Losing McCoy is a tough break for the Horns. 

It is time for BAMA to finish strong............RTR!!


----------



## bullgator (Jan 7, 2010)

FireStrut said:


> *Hate to see Texas qb out of the game but I'll take it. Getting closer to #13. ROLL TIDE ROLL!!*



Hmmmm....they showed 7 NCs during pregame. Crimson math????


----------



## bullgator (Jan 7, 2010)

stonewall0628 said:


> 60 more min. Come on tide...........................



60??????


----------



## rhbama3 (Jan 7, 2010)

I swear I think Corso may actually be drunk.


----------



## elkhunter0112 (Jan 7, 2010)

I am a Bama fan for sure and the game ain't over yet. I hate the McCoy is out cause I know we'll have to hear excuses if Bama wins. But last time I checked McCoy didn't play defense. This shows that Bama is a better team than Texas cause with McCoy they are nothing. Bama could lose McElroy and would be fine, take out Ingram we'd be fine, remove Hoolio we'd still be fine... and so on. Bottom line, one player does not make our offense or defense as McCoy does their offense. 

Don't get me wrong I wish McCoy was still in the game cause I would have loved to have watched a great game. For Now..... ROLL TIDE ROLL!


----------



## rhbama3 (Jan 7, 2010)

bullgator said:


> 60??????



real time maybe?


----------



## Georgia27 (Jan 7, 2010)

maker4life said:


> No but Bama's might .



LOL  ...  JUST Bama ha...


----------



## Resica (Jan 7, 2010)

rhbama3 said:


> I swear I think Corso may actually be drunk.


He's been like this since his stroke.


----------



## rhbama3 (Jan 7, 2010)

Resica said:


> He's been like this since his stroke.


I didn't know he had a stroke.


----------



## maker4life (Jan 7, 2010)

Georgia27 said:


> LOL  ...  JUST Bama ha...



I don't see any others out there .


----------



## BlackSmoke (Jan 7, 2010)

Gonna go ahead and say congrats Bama. You boys earned this one. 2 undefeated regular seasons in a row, and you have played this post season with a chip on your shoulder after last year. Well deserved


----------



## Hut2 (Jan 7, 2010)

TurkeyCreek said:


> Gift-wrapped for Bama
> 
> Edited to Remove Profanity ----Edited to Remove Profanity ----Edited to Remove Profanity ----Edited to Remove Profanity ----, I hate it for Colt McCoy. First he gets screwed on the Heisman (IMO) and now he can't compete for the NC



Ingram deserved to win the heisman!

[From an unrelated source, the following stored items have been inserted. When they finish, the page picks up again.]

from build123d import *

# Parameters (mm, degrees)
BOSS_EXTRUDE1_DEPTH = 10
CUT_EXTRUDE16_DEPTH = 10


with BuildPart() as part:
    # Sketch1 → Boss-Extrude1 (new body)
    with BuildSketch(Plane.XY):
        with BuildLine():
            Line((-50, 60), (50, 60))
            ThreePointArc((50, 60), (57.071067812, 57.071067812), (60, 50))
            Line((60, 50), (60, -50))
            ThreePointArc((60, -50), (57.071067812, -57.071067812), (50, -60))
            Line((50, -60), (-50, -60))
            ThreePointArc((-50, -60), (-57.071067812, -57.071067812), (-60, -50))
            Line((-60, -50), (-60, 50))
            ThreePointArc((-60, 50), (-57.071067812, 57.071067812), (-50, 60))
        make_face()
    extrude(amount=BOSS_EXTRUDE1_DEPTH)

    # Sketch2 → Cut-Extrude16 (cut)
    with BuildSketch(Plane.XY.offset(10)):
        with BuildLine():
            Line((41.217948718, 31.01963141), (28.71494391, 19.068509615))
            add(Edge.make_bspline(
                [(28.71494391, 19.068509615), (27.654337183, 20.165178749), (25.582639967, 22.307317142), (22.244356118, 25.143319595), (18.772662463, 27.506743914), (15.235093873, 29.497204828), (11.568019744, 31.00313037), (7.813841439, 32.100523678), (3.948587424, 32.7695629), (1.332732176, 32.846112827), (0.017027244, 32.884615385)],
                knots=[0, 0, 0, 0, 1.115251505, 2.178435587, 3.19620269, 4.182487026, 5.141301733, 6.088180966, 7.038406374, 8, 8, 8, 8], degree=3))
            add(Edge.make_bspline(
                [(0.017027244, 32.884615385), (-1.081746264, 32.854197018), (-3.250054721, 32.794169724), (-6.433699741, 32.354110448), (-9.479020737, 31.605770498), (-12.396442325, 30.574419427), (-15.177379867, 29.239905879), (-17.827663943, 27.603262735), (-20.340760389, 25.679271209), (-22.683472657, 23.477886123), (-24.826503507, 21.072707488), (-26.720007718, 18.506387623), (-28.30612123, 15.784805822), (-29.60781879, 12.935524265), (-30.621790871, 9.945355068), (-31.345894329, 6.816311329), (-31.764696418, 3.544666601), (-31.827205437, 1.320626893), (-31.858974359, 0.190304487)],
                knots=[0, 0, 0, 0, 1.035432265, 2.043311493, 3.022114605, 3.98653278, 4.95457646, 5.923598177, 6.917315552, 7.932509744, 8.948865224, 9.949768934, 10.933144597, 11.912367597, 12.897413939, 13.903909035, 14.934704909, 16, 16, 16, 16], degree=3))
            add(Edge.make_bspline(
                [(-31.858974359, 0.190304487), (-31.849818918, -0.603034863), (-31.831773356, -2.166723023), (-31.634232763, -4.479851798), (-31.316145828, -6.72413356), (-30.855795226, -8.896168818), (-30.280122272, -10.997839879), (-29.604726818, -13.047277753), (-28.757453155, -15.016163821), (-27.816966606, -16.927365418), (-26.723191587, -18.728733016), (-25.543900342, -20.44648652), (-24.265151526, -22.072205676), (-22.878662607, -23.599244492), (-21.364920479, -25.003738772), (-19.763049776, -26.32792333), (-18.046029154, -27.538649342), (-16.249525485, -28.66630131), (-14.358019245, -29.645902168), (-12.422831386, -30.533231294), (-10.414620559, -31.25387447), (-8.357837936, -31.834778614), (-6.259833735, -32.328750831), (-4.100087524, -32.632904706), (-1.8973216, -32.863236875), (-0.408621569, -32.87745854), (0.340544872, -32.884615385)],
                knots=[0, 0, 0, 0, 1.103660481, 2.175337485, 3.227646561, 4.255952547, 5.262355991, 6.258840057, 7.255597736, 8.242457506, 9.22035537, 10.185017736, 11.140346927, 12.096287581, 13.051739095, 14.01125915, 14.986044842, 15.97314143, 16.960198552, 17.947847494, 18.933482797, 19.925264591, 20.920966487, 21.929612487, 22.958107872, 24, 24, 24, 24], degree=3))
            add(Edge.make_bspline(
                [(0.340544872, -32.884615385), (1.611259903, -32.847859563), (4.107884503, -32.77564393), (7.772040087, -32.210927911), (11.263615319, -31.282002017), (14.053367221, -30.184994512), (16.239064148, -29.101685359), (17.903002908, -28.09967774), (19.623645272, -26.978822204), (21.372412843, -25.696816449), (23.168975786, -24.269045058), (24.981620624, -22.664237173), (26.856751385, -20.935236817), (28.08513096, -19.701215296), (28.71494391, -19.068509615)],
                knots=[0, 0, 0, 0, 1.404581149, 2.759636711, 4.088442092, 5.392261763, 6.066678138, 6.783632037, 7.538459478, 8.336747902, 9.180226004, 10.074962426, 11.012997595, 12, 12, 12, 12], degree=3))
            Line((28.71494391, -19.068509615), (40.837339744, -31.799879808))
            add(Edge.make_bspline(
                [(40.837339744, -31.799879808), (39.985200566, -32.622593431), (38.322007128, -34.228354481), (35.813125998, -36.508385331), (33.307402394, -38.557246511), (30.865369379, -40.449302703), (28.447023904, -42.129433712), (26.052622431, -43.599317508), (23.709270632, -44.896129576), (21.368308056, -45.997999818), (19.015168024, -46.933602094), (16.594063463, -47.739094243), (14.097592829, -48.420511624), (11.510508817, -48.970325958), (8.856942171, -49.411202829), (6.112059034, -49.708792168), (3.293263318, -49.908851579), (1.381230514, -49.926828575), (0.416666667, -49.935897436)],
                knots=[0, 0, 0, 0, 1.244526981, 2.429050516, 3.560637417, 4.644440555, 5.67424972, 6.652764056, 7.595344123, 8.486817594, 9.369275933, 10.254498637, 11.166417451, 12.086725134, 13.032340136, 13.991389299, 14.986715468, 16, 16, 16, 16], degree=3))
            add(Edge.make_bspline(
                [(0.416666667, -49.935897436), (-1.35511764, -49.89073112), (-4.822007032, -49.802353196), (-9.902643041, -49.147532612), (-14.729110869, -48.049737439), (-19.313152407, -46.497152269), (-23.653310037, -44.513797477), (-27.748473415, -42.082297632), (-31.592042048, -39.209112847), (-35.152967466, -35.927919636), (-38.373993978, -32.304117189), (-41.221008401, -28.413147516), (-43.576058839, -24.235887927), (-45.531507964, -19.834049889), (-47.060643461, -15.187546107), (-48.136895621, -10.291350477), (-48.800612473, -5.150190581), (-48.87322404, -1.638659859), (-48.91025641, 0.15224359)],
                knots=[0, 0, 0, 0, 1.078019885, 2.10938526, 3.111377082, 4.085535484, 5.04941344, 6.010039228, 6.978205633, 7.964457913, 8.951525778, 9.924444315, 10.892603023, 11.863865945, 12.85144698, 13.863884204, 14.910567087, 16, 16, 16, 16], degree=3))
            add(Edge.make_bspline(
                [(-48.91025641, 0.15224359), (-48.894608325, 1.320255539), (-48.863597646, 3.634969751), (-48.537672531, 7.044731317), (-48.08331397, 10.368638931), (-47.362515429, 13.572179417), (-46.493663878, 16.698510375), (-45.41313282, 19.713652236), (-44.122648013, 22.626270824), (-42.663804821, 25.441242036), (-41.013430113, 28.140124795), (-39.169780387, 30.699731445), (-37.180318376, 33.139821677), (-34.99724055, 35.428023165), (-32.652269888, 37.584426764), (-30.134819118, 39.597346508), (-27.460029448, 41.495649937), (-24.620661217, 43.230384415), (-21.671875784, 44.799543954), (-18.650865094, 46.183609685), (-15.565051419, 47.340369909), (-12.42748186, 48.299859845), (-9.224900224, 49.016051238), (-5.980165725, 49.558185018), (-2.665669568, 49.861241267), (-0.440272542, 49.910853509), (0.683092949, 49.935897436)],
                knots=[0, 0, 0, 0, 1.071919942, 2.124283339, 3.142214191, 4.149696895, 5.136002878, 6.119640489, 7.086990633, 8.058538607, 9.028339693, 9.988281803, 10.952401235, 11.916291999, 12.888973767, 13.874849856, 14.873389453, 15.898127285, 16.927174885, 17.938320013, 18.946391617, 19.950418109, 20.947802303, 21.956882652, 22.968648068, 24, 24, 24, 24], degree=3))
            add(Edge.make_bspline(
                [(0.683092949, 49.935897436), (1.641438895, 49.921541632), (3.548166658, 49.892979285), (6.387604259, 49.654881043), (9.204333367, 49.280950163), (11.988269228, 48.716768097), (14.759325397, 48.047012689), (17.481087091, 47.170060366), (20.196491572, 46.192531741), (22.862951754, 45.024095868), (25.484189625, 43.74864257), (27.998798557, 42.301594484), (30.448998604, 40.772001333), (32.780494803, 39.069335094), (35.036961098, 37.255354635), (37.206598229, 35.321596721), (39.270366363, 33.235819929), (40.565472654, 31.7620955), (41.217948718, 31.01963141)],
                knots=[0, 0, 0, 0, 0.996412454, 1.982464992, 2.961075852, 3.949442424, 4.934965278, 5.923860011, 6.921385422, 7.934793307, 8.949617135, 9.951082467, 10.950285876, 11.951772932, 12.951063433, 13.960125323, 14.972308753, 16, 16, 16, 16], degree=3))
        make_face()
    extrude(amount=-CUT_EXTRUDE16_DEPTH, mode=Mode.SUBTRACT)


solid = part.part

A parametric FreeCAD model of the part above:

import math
import FreeCAD as App
import Part
import Sketcher

V = App.Vector

doc = App.newDocument("Part")
body = doc.addObject("PartDesign::Body", "Body")

# Sketch on XY plane
sketch1 = body.newObject("Sketcher::SketchObject", "Sketch")
sketch1.AttachmentSupport = (doc.getObject("XY_Plane"), [""])
sketch1.MapMode = "FlatFace"
sketch1.addGeometry([
    Part.LineSegment(V(50, 60, 0), V(-50, 60, 0)),  # 0
    Part.ArcOfCircle(Part.Circle(V(-50, 50, 0), V(0, 0, 1), 10), math.radians(90), math.radians(180)),  # 1
    Part.LineSegment(V(-60, 50, 0), V(-60, -50, 0)),  # 2
    Part.ArcOfCircle(Part.Circle(V(-50, -50, 0), V(0, 0, 1), 10), math.radians(180), math.radians(270)),  # 3
    Part.LineSegment(V(-50, -60, 0), V(50, -60, 0)),  # 4
    Part.ArcOfCircle(Part.Circle(V(50, -50, 0), V(0, 0, 1), 10), math.radians(-90), math.radians(0)),  # 5
    Part.LineSegment(V(60, -50, 0), V(60, 50, 0)),  # 6
    Part.ArcOfCircle(Part.Circle(V(50, 50, 0), V(0, 0, 1), 10), math.radians(0), math.radians(90)),  # 7
], False)
sketch1.addConstraint([
    Sketcher.Constraint("Tangent", 0, 2, 1, 1),
    Sketcher.Constraint("Tangent", 1, 2, 2, 1),
    Sketcher.Constraint("Tangent", 2, 2, 3, 1),
    Sketcher.Constraint("Tangent", 3, 2, 4, 1),
    Sketcher.Constraint("Tangent", 4, 2, 5, 1),
    Sketcher.Constraint("Tangent", 5, 2, 6, 1),
    Sketcher.Constraint("Tangent", 6, 2, 7, 1),
    Sketcher.Constraint("Tangent", 7, 2, 0, 1),
    Sketcher.Constraint("Horizontal", 0),
    Sketcher.Constraint("Vertical", 2),
    Sketcher.Constraint("Horizontal", 4),
    Sketcher.Constraint("Vertical", 6),
    Sketcher.Constraint("Equal", 1, 3),
    Sketcher.Constraint("Equal", 3, 5),
    Sketcher.Constraint("Equal", 5, 7),
    Sketcher.Constraint("Symmetric", 1, 3, 5, 3, -1, 1),
    Sketcher.Constraint("Equal", 4, 2),
    Sketcher.Constraint("Radius", 1, 10.0),
    Sketcher.Constraint("DistanceX", 0, 2, 0, 1, 100.0),
])
pad1 = body.newObject("PartDesign::Pad", "Pad")
pad1.Profile = sketch1
pad1.Length = 10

Running against sec defenses all season verses mccoy playing their soft big 12 conference.


----------



## JasonTyree04 (Jan 7, 2010)

Hate to see McCoy out but can't take anything from Bama. I was hoping to see it come down to the last drive though.


----------



## msdins (Jan 7, 2010)

Hut2 said:


> Ingram deserved to win the heisman! Running against sec defenses all season verses mccoy playing their soft big 12 conference.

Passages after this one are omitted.